=== Section Start ===

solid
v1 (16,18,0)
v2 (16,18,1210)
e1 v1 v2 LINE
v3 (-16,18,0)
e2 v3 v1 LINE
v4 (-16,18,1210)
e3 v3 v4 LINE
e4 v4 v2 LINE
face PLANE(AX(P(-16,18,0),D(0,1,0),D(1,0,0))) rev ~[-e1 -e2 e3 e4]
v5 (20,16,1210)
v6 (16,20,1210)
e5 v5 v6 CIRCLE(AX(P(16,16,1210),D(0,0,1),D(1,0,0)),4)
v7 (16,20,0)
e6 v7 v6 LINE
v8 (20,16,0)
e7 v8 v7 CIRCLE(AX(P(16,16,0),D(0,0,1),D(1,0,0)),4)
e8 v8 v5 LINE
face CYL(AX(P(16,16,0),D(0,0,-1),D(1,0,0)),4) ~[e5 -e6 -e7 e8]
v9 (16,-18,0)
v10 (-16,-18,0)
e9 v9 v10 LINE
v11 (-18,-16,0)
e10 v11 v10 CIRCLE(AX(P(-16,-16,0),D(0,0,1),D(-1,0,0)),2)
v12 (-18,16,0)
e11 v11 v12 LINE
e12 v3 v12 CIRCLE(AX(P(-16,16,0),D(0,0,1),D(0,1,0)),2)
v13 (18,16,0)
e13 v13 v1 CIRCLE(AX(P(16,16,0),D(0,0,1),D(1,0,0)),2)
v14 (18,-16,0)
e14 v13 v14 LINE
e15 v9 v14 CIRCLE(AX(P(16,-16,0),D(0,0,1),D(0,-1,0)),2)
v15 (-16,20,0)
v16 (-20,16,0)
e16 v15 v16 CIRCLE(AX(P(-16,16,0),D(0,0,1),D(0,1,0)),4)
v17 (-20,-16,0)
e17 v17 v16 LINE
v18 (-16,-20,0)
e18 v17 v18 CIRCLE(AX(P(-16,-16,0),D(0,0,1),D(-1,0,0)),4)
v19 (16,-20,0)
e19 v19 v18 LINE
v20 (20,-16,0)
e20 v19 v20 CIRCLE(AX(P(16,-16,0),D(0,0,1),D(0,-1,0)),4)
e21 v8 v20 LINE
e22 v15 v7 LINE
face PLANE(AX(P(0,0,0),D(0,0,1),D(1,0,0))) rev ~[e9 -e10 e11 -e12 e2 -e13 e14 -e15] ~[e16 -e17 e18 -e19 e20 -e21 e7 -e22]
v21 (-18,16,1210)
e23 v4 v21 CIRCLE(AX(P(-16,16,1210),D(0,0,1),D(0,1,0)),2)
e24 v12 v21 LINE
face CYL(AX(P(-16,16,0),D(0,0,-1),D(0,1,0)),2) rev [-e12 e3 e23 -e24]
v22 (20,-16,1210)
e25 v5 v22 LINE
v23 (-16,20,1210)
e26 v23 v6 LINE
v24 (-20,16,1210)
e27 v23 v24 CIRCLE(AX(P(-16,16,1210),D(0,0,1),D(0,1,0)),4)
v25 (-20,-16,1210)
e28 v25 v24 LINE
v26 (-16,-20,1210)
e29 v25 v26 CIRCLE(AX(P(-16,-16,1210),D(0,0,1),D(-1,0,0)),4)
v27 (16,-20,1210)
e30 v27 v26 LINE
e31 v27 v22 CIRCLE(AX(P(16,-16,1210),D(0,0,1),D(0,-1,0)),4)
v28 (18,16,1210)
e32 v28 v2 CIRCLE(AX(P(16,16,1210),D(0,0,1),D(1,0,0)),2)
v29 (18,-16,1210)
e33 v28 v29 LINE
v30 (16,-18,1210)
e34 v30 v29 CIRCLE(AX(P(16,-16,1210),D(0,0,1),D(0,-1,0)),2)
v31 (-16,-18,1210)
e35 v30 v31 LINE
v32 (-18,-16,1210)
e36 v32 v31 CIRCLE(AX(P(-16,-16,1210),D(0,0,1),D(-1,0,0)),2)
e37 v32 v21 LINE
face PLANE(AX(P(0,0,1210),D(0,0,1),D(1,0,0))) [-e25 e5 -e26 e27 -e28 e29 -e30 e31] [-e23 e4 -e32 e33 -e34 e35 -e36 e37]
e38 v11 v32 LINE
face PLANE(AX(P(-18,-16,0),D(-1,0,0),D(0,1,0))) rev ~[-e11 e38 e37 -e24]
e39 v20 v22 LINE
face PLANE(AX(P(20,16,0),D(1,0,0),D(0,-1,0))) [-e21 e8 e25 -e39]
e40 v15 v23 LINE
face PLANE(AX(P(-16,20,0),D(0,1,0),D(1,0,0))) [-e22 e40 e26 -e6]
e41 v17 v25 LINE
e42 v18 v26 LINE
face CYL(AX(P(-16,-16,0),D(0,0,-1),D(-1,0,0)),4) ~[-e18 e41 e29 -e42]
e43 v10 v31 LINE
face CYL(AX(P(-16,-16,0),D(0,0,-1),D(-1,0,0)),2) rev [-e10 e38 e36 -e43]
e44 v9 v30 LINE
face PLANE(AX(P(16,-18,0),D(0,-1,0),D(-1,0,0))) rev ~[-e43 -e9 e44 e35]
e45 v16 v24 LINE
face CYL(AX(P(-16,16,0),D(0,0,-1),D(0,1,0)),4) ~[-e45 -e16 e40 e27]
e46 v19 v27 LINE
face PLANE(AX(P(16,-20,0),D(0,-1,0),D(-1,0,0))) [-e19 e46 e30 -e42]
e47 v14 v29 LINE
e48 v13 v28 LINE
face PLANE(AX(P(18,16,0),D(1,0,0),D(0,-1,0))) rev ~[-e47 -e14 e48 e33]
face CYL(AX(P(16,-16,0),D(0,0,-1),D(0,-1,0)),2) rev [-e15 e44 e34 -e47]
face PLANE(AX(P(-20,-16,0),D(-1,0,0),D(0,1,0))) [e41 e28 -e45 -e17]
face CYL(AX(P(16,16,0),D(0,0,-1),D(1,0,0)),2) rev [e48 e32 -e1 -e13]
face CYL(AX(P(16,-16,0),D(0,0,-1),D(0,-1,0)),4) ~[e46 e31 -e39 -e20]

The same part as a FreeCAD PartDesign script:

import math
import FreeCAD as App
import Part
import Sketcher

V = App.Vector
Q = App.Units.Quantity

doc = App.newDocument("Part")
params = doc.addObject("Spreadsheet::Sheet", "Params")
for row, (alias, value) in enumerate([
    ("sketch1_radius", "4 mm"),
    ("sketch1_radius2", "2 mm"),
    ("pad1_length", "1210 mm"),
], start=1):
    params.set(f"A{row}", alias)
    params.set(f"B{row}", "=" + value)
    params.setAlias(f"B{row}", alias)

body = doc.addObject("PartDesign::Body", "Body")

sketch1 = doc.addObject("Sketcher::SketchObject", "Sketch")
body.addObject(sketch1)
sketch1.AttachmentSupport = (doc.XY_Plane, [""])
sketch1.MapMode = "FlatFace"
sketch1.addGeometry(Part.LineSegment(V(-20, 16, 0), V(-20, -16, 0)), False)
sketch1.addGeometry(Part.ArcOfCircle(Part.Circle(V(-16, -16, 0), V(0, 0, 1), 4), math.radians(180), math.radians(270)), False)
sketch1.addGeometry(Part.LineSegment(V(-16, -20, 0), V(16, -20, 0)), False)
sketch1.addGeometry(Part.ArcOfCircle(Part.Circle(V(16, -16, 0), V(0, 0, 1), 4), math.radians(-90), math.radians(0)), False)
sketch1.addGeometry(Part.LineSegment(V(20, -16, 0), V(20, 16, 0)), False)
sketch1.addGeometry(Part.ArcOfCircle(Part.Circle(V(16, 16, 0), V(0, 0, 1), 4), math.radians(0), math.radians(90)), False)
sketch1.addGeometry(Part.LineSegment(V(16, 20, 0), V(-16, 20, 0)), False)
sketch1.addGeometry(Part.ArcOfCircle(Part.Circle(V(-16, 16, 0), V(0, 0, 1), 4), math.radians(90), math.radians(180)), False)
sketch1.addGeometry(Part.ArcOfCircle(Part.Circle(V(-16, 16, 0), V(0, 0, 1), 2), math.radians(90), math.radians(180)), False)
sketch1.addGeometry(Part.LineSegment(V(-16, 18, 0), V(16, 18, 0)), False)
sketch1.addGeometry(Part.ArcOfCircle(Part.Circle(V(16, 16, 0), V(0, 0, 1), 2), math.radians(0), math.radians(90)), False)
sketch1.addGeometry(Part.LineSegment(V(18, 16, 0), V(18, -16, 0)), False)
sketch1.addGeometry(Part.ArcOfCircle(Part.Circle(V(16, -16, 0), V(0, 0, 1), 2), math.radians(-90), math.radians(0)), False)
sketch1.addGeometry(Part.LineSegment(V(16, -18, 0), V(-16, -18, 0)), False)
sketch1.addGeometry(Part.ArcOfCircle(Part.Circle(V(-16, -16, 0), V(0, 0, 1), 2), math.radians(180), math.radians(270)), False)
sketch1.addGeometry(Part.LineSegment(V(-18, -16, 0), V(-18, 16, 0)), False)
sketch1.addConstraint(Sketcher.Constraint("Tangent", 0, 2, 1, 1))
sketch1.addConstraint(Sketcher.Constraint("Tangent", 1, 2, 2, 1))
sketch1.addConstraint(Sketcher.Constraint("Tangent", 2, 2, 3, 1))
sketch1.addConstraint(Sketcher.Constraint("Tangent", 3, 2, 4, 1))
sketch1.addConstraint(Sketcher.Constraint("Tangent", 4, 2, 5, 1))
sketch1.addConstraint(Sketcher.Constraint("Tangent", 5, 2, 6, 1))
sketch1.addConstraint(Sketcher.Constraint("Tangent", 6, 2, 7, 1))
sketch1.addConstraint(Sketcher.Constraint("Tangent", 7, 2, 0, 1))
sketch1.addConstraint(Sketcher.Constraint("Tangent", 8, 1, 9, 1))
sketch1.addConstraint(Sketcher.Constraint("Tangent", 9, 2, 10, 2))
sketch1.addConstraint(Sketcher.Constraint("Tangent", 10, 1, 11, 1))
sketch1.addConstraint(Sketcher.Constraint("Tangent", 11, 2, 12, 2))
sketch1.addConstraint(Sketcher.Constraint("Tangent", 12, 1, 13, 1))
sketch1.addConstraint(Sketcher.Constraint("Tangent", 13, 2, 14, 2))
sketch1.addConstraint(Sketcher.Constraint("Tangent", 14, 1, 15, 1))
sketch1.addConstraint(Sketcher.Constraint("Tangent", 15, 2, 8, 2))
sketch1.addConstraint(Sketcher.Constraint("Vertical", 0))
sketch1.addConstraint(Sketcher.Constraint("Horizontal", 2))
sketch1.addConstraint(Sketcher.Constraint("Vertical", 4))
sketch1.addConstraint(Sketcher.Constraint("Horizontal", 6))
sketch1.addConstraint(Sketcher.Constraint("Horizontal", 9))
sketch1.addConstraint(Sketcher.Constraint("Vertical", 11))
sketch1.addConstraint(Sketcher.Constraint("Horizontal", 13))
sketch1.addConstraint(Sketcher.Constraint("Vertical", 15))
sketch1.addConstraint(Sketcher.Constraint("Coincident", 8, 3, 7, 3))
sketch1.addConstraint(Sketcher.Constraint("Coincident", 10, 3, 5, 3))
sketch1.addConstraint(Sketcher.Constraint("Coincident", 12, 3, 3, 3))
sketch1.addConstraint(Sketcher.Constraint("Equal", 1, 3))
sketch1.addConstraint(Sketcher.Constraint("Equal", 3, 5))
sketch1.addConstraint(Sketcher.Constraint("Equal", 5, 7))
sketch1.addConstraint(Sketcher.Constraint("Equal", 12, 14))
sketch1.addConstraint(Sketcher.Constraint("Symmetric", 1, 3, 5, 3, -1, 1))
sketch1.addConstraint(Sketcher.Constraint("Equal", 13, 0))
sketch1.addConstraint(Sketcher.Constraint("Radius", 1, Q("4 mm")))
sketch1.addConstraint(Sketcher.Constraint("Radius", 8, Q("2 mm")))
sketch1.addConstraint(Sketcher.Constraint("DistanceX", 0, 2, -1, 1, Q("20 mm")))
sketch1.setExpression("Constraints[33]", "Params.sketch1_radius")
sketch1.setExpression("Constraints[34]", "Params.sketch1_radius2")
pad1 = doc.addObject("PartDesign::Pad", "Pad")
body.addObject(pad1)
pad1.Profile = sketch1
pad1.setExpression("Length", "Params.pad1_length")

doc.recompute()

=== Section End ===

Your assignment =
Produce a word-for-word copy of everything above from the line holding "e48 v13 v28 LINE" down to the line holding "The same part", with both of those lines kept.

Result =
e48 v13 v28 LINE
face PLANE(AX(P(18,16,0),D(1,0,0),D(0,-1,0))) rev ~[-e47 -e14 e48 e33]
face CYL(AX(P(16,-16,0),D(0,0,-1),D(0,-1,0)),2) rev [-e15 e44 e34 -e47]
face PLANE(AX(P(-20,-16,0),D(-1,0,0),D(0,1,0))) [e41 e28 -e45 -e17]
face CYL(AX(P(16,16,0),D(0,0,-1),D(1,0,0)),2) rev [e48 e32 -e1 -e13]
face CYL(AX(P(16,-16,0),D(0,0,-1),D(0,-1,0)),4) ~[e46 e31 -e39 -e20]

The same part as a FreeCAD PartDesign script:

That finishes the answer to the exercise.